** What needs to be done **
Look for the line that has "#61=VERTEX_POINT('',#60);" in the material below; please repeat it and every line after it, exactly, up to and including the line that has "#104=EDGE_CURVE('',#86,#99,#103,.T.);", and nothing else.
(Given data begins)
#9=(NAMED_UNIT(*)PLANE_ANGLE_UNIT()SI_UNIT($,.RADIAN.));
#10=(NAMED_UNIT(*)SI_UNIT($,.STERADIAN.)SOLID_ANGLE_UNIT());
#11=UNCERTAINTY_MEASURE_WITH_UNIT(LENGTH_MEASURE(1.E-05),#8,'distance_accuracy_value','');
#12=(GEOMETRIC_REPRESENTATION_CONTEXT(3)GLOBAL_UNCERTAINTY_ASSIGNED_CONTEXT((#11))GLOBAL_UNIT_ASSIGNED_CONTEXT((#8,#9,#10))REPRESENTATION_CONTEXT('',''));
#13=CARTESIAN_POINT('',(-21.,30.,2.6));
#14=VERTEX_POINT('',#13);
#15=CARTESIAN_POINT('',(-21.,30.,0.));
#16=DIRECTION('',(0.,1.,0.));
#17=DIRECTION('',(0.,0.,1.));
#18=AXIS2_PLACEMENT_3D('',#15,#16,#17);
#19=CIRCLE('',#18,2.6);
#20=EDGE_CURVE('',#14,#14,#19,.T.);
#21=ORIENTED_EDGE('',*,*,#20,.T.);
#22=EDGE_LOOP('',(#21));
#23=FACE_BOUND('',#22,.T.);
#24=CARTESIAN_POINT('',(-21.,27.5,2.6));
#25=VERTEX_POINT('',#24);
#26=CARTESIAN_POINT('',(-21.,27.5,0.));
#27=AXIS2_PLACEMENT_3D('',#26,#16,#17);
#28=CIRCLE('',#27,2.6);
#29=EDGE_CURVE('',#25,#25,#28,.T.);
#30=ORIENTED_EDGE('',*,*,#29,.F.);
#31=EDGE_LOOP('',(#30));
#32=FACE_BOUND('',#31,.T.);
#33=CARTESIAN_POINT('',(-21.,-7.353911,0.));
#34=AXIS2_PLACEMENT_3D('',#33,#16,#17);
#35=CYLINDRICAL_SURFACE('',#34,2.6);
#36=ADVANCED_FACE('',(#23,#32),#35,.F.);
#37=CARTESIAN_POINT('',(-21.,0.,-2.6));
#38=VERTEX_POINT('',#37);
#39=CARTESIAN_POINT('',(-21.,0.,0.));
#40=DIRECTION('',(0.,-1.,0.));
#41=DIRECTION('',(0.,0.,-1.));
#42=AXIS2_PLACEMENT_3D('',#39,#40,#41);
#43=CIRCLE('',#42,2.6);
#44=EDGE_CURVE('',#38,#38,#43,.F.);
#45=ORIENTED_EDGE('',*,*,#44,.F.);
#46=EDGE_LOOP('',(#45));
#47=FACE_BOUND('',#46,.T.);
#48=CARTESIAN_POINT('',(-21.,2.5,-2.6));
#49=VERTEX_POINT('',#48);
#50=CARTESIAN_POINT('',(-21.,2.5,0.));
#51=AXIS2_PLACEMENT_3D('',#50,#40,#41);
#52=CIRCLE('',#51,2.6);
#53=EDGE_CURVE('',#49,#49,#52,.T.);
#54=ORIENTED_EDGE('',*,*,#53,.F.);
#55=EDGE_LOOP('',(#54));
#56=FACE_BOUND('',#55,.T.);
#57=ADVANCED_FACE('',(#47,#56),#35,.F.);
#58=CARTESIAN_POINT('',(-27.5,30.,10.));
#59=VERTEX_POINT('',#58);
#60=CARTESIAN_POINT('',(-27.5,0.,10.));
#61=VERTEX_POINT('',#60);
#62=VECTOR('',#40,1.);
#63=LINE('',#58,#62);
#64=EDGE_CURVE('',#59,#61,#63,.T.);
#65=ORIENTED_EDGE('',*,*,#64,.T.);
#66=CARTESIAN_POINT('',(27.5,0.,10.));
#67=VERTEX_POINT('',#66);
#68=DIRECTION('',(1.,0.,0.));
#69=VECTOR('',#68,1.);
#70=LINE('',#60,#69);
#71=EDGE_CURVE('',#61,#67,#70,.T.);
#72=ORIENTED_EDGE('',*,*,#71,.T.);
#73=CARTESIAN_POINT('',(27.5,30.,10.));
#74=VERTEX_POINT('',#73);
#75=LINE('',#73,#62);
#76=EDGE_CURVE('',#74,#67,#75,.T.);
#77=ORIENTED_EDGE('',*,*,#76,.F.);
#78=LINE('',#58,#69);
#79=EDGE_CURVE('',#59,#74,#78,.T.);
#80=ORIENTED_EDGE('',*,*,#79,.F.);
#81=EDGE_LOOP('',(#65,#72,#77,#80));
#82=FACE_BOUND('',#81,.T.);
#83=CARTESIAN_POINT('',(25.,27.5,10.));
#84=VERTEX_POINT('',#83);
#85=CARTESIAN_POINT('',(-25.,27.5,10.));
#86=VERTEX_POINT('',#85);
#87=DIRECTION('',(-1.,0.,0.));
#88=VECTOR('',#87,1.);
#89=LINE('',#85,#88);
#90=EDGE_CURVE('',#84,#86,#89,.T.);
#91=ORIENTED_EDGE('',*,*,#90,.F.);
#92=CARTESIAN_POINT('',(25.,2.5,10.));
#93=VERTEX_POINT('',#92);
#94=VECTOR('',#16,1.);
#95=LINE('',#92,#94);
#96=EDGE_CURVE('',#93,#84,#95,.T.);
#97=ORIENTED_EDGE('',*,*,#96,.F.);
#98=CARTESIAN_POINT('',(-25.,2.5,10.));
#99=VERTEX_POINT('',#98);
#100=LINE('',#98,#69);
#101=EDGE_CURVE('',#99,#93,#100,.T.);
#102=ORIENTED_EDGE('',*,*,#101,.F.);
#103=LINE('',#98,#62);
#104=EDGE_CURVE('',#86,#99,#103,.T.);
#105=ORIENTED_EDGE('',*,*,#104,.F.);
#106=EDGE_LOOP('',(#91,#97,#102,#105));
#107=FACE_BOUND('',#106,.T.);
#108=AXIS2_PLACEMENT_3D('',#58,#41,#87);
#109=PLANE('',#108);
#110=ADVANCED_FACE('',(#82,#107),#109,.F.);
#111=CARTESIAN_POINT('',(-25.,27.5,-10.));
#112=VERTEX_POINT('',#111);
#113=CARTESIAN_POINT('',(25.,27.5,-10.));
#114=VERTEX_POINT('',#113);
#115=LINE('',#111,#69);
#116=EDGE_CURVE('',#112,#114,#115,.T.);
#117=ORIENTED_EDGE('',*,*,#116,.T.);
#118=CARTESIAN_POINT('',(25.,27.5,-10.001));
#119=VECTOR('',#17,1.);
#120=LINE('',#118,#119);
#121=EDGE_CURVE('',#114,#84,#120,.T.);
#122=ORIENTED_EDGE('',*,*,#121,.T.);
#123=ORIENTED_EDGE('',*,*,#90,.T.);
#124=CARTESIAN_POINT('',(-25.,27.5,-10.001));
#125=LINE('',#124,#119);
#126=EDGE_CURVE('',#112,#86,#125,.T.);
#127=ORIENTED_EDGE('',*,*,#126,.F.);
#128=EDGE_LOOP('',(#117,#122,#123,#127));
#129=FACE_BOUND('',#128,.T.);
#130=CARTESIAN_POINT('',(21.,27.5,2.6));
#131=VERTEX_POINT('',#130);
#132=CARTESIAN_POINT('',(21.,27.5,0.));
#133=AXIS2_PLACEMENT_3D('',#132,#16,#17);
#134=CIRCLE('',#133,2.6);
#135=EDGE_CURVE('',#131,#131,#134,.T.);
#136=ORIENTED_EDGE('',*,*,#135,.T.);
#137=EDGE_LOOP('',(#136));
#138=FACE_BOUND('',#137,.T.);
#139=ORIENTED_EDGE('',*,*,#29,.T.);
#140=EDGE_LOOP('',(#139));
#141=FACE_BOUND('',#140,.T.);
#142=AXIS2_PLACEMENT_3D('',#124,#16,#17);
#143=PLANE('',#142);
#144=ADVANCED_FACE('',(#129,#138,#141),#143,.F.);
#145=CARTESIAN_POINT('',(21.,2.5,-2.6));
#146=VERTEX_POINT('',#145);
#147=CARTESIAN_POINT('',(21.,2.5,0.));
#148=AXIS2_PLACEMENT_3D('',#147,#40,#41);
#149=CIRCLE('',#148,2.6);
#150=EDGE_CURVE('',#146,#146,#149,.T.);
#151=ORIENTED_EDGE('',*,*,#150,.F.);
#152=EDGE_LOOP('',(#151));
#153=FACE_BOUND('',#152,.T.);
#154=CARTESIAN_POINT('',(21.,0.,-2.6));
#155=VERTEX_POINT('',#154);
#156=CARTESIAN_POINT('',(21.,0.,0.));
(Given data ends)
** Exercise response **
#61=VERTEX_POINT('',#60);
#62=VECTOR('',#40,1.);
#63=LINE('',#58,#62);
#64=EDGE_CURVE('',#59,#61,#63,.T.);
#65=ORIENTED_EDGE('',*,*,#64,.T.);
#66=CARTESIAN_POINT('',(27.5,0.,10.));
#67=VERTEX_POINT('',#66);
#68=DIRECTION('',(1.,0.,0.));
#69=VECTOR('',#68,1.);
#70=LINE('',#60,#69);
#71=EDGE_CURVE('',#61,#67,#70,.T.);
#72=ORIENTED_EDGE('',*,*,#71,.T.);
#73=CARTESIAN_POINT('',(27.5,30.,10.));
#74=VERTEX_POINT('',#73);
#75=LINE('',#73,#62);
#76=EDGE_CURVE('',#74,#67,#75,.T.);
#77=ORIENTED_EDGE('',*,*,#76,.F.);
#78=LINE('',#58,#69);
#79=EDGE_CURVE('',#59,#74,#78,.T.);
#80=ORIENTED_EDGE('',*,*,#79,.F.);
#81=EDGE_LOOP('',(#65,#72,#77,#80));
#82=FACE_BOUND('',#81,.T.);
#83=CARTESIAN_POINT('',(25.,27.5,10.));
#84=VERTEX_POINT('',#83);
#85=CARTESIAN_POINT('',(-25.,27.5,10.));
#86=VERTEX_POINT('',#85);
#87=DIRECTION('',(-1.,0.,0.));
#88=VECTOR('',#87,1.);
#89=LINE('',#85,#88);
#90=EDGE_CURVE('',#84,#86,#89,.T.);
#91=ORIENTED_EDGE('',*,*,#90,.F.);
#92=CARTESIAN_POINT('',(25.,2.5,10.));
#93=VERTEX_POINT('',#92);
#94=VECTOR('',#16,1.);
#95=LINE('',#92,#94);
#96=EDGE_CURVE('',#93,#84,#95,.T.);
#97=ORIENTED_EDGE('',*,*,#96,.F.);
#98=CARTESIAN_POINT('',(-25.,2.5,10.));
#99=VERTEX_POINT('',#98);
#100=LINE('',#98,#69);
#101=EDGE_CURVE('',#99,#93,#100,.T.);
#102=ORIENTED_EDGE('',*,*,#101,.F.);
#103=LINE('',#98,#62);
#104=EDGE_CURVE('',#86,#99,#103,.T.);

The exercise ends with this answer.